Years of collaboration with a mentor may build up enough trust for them to accept you as a business partner. They might also mentor someone else that you would connect with. Inform your mentors of your thoughts in a conversation. This may present you with brand-new company options that you hadn’t previously explored.
Tell your mentor about any potential business partners you have. They could be able to assist you in seeing things you previously might not have seen (or want to notice).
Talk to your financial adviser and lawyer, if you have one, while you’re at it. They probably do business with other individuals who have similar interests, so they could be able to provide you with leads or at least spread the word.
FAQs about business partners
Should I give a potential business partner a trial period?
Trial periods can sound like legalese, but they prevent both you and your prospective business partner from getting into trouble. Trial runs can be as formal or casual as you choose. Typically, you should use a lawyer to establish a partnership agreement if significant amounts of investment cash are at stake. A business partner may have the option to terminate the agreement during the trial period and recover some of their financial investment or forgo any potential future profit sharing. If your firm is bootstrapped, you can reaccess your positions in the company during a prearranged touch base 60–90 days later.

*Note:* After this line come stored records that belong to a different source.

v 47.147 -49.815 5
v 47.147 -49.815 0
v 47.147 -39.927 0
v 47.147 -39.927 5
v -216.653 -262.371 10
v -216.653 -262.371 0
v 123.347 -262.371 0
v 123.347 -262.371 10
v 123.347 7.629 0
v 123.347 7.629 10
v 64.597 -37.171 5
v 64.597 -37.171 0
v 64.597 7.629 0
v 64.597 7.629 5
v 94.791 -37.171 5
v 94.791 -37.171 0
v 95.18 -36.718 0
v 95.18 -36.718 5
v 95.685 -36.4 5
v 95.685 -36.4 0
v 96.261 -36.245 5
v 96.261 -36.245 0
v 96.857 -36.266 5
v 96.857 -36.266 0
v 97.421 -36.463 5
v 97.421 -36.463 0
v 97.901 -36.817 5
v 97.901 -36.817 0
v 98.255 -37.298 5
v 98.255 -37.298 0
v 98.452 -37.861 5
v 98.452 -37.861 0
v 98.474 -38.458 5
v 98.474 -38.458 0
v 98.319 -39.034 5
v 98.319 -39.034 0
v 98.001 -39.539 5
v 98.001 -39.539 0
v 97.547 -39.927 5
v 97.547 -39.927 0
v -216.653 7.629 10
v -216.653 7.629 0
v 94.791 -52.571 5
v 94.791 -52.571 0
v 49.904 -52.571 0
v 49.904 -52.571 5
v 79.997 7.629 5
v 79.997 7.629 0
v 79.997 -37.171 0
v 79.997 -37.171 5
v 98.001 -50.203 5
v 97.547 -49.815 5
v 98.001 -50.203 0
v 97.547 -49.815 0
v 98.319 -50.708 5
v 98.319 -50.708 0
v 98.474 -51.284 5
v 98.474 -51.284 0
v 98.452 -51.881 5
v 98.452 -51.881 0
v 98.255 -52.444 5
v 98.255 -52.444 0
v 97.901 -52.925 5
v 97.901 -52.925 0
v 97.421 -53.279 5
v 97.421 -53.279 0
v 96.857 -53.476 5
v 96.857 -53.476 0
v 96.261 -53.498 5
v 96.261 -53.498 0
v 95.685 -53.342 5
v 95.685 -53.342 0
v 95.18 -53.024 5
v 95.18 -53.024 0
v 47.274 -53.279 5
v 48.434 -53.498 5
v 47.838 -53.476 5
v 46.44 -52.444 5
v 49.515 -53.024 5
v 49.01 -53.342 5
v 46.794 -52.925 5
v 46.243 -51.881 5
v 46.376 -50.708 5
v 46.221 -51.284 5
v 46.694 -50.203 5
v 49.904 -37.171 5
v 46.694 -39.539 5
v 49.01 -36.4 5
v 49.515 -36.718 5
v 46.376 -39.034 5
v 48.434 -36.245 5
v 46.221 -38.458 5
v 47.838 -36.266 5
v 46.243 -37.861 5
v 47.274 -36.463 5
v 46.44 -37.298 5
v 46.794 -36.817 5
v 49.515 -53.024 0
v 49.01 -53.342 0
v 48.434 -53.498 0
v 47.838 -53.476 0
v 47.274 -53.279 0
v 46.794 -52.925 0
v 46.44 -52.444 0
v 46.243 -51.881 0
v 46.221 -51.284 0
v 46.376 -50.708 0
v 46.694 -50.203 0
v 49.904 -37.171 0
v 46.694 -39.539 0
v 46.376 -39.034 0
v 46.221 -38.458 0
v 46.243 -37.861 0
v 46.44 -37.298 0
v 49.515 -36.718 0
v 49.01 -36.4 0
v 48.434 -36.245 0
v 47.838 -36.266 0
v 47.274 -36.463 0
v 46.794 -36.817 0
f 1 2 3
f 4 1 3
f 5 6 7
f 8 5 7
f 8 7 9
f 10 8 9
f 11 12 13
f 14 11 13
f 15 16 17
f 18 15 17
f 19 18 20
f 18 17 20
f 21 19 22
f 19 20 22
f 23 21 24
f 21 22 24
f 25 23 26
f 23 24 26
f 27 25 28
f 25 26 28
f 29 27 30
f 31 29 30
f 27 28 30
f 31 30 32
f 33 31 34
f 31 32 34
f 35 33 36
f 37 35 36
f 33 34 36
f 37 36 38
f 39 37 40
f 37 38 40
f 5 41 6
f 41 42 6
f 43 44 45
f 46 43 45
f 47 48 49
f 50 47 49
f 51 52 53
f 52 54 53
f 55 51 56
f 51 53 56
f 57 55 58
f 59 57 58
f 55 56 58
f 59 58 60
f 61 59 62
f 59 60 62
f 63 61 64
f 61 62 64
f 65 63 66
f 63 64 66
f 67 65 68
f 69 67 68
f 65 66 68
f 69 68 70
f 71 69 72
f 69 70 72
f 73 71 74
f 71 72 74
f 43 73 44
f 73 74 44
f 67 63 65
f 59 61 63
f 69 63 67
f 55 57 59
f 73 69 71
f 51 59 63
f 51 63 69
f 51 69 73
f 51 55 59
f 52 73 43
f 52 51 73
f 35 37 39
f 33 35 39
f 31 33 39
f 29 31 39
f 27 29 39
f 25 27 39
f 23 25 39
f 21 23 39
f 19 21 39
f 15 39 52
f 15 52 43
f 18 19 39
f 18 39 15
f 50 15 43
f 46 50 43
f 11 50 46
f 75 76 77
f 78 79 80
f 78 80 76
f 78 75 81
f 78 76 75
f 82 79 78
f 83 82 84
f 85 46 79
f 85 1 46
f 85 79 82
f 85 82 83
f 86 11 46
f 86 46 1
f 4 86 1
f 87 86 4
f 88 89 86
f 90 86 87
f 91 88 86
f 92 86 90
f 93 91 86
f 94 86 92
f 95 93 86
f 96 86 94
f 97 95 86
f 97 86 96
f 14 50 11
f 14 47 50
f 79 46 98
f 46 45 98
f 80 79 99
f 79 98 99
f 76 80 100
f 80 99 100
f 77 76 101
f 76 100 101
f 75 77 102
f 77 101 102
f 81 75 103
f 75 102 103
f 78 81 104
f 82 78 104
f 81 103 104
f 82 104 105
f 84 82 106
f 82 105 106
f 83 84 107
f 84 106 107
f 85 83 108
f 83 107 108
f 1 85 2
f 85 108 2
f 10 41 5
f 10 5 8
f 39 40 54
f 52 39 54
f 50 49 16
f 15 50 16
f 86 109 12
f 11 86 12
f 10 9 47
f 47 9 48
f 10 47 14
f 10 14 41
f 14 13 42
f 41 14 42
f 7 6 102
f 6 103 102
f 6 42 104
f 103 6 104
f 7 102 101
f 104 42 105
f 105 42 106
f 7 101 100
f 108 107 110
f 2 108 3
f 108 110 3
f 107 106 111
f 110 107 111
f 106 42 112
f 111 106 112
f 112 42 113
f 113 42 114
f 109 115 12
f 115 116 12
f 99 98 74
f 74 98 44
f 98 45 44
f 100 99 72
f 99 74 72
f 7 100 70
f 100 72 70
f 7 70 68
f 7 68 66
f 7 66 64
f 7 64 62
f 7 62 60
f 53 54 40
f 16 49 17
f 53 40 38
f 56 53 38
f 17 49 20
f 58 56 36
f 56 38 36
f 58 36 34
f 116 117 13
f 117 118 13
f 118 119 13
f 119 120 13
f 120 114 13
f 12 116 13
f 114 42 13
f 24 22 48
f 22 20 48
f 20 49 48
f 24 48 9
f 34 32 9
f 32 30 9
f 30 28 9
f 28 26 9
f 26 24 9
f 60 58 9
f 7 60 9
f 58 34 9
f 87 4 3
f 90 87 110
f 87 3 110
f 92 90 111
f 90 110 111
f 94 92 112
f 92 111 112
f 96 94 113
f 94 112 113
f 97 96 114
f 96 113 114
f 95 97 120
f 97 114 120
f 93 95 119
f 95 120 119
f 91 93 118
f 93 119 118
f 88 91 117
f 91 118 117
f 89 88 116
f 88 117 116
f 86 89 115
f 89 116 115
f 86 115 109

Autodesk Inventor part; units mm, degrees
ref_plane "YZ Plane" through (0, 0, 0) normal (1, 0, 0) x (0, 1, 0)
ref_plane "XZ Plane" through (0, 0, 0) normal (0, 1, 0) x (-1, 0, 0)
ref_plane "XY Plane" through (0, 0, 0) normal (0, 0, 1) x (1, 0, 0)
sketch "Sketch1" plane through (0, 0, 0) normal (0, 0, 1) x (1, 0, 0)
  line L0 (-216.6526, -262.3711) -> (123.3474, -262.3711)
  line L1 (123.3474, -262.3711) -> (123.3474, 7.6289)
  line L2 (123.3474, 7.6289) -> (-216.6526, 7.6289)
  line L3 (-216.6526, 7.6289) -> (-216.6526, -262.3711)
  point P0 (0, 0)
  dimension "d0" = 340
  dimension "d1" = 270
extrude "Extrusion1" add sketch "Sketch1" along normal blind 10
sketch "Sketch2" plane through (0, 0, 0) normal (0, 0, -1) x (-1, 0, 0)
  line L0 (-66.3474, -50.3711) -> (-66.3474, -52.3711) construction
  line L1 (-66.3474, -52.3711) -> (-47.3474, -52.3711) construction
  line L2 (-47.3474, -52.3711) -> (-47.3474, -37.3711) construction
  line L3 (-47.3474, -37.3711) -> (-64.7974, -37.3711) construction
  line L4 (-64.7974, -37.3711) -> (-64.7974, -42.3711) construction
  line L5 (-64.7974, -42.3711) -> (-79.8974, -42.3711) construction
  line L6 (-79.8974, -42.3711) -> (-79.8974, -37.3711) construction
  line L7 (-79.8974, -37.3711) -> (-97.3474, -37.3711) construction
  line L8 (-97.3474, -37.3711) -> (-97.3474, -52.3711) construction
  line L9 (-97.3474, -52.3711) -> (-78.3474, -52.3711) construction
  line L10 (-78.3474, -52.3711) -> (-78.3474, -50.3711) construction
  line L11 (-78.3474, -50.3711) -> (-66.3474, -50.3711) construction
  line L12 (-79.7974, -42.3711) -> (-79.7974, -9.1428) construction
  line L13 (-64.7974, -42.3711) -> (-79.7974, -42.3711) construction
  line L14 (-64.7974, -42.3711) -> (-64.7974, -9.1428) construction
  line L15 (-79.7974, -26.2239) -> (-79.7974, -29.3711) construction
  line L16 (-79.7974, -29.3711) -> (-64.7974, -29.3711) construction
  line L17 (-64.7974, -29.3711) -> (-64.7974, -26.2239) construction
  line L18 (-64.7974, -26.2239) -> (-79.7974, -26.2239) construction
  line L19 (-79.7974, 7.2343) -> (-64.7974, 7.2343) construction
  line L20 (-79.7974, -9.1428) -> (-79.7974, 7.2343) construction
  line L21 (-64.7974, 7.2343) -> (-64.7974, -9.1428) construction
  line L22 (-123.3474, 7.6289) -> (216.6526, 7.6289) projected
  line L23 (-79.9974, 7.6289) -> (-79.9974, -37.1711)
  line L24 (-79.9974, -37.1711) -> (-97.5474, -37.1711)
  line L25 (-97.5474, -37.1711) -> (-97.5474, -52.5711)
  line L26 (-97.5474, -52.5711) -> (-47.1474, -52.5711)
  line L27 (-47.1474, -52.5711) -> (-47.1474, -37.1711)
  line L28 (-47.1474, -37.1711) -> (-64.5974, -37.1711)
  line L29 (-64.5974, -37.1711) -> (-64.5974, 7.6289)
  line L30 (-79.9974, 7.6289) -> (-64.5974, 7.6289)
  circle A0 centre (-57.3474, -44.8711) radius 1.621 projected
  circle A1 centre (-87.3474, -44.8711) radius 1.621 projected
  line L31 (-64.7974, -9.1428) -> (-79.7974, -9.1428) projected
  line L32 (-64.7974, -9.1428) -> (-79.7974, -9.1428) projected
  circle A2 centre (-72.2869, -16.8711) radius 1.621 projected
  circle A3 centre (-72.2869, -36.8711) radius 1.621 projected
  point P0 (0, 0)
  dimension "d4" = 0.2
  dimension "d5" = 0.2
  dimension "d6" = 0.2
  dimension "d7" = 0.2
  dimension "d8" = 0.2
  dimension "d9" = 0.2
extrude "Extrusion2" cut sketch "Sketch2" against normal blind 5 contours L22 L29 L28 L27 L26 L25 L24 L23 | A0 | A1 | A2 | A3
sketch "Sketch4" plane through (0, 0, 0) normal (0, 0, -1) x (-1, 0, 0)
  circle A0 centre (-48.2081, -38.2317) radius 2
  line L0 (-47.1474, -37.1711) -> (-47.1474, -52.5711) projected
  line L1 (-47.1474, -37.1711) -> (-48.0356, -38.0592) construction
  line L2 (-64.5974, -37.1711) -> (-47.1474, -37.1711) projected
  circle A1 centre (-48.2081, -51.5104) radius 2
  circle A2 centre (-96.4868, -51.5104) radius 2
  circle A3 centre (-96.4868, -38.2317) radius 2
  line L3 (-47.1474, -52.5711) -> (-49.4974, -50.2211) construction
  line L4 (-47.1474, -52.5711) -> (-97.5474, -52.5711) projected
  line L5 (-97.5474, -52.5711) -> (-95.2238, -50.2474) construction
  line L6 (-97.5474, -37.1711) -> (-95.2759, -39.4427) construction
  line L7 (-97.5474, -52.5711) -> (-97.5474, -37.1711) projected
  point P0 (0, 0)
  dimension "d17" = 4
  dimension "d18" = 45
  dimension "d19" = 1.5
  dimension "d20" = 4
  dimension "d21" = 4
  dimension "d22" = 4
  dimension "d23" = 45
  dimension "d24" = 45
  dimension "d25" = 1.5
  dimension "d26" = 1.5
  dimension "d27" = 1.5
extrude "Extrusion4" cut sketch "Sketch4" against normal up to surface (5 mm away)
equation "\"d20\" = d17"
equation "\"d21\" = d17"
equation "\"d22\" = d17"
equation "\"d25\" = d19"
equation "\"d26\" = d19"
equation "\"d27\" = d19"
properties part number "baseplate" material "Aluminum 6061-AHC"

What clauses ought to be included in my partnership agreement?
The structure of a partnership agreement will vary depending on the kind of firm. However, it is often advised to contain the following: corporate objectives, salary, job descriptions, equity stakes, ownership of the company’s brand, trademarks, real estate, equipment, etc., and exit plans.
How can I end my business partnership?
The phrase “it’s not you, it’s me” is equally useful in the workplace as it is in romantic situations. Ideally, you’ve planned ahead and included a trial term or departure strategy in your partnership agreement. It will still be a challenging talk, and the best course of action is always to be honest. A shared mentor or board of directors may be able to help you manage the partnership termination process. Just keep in mind that you should have more grounds than just “I don’t like them” for ending your relationship with your business partner. And perhaps you should leave the company instead of them.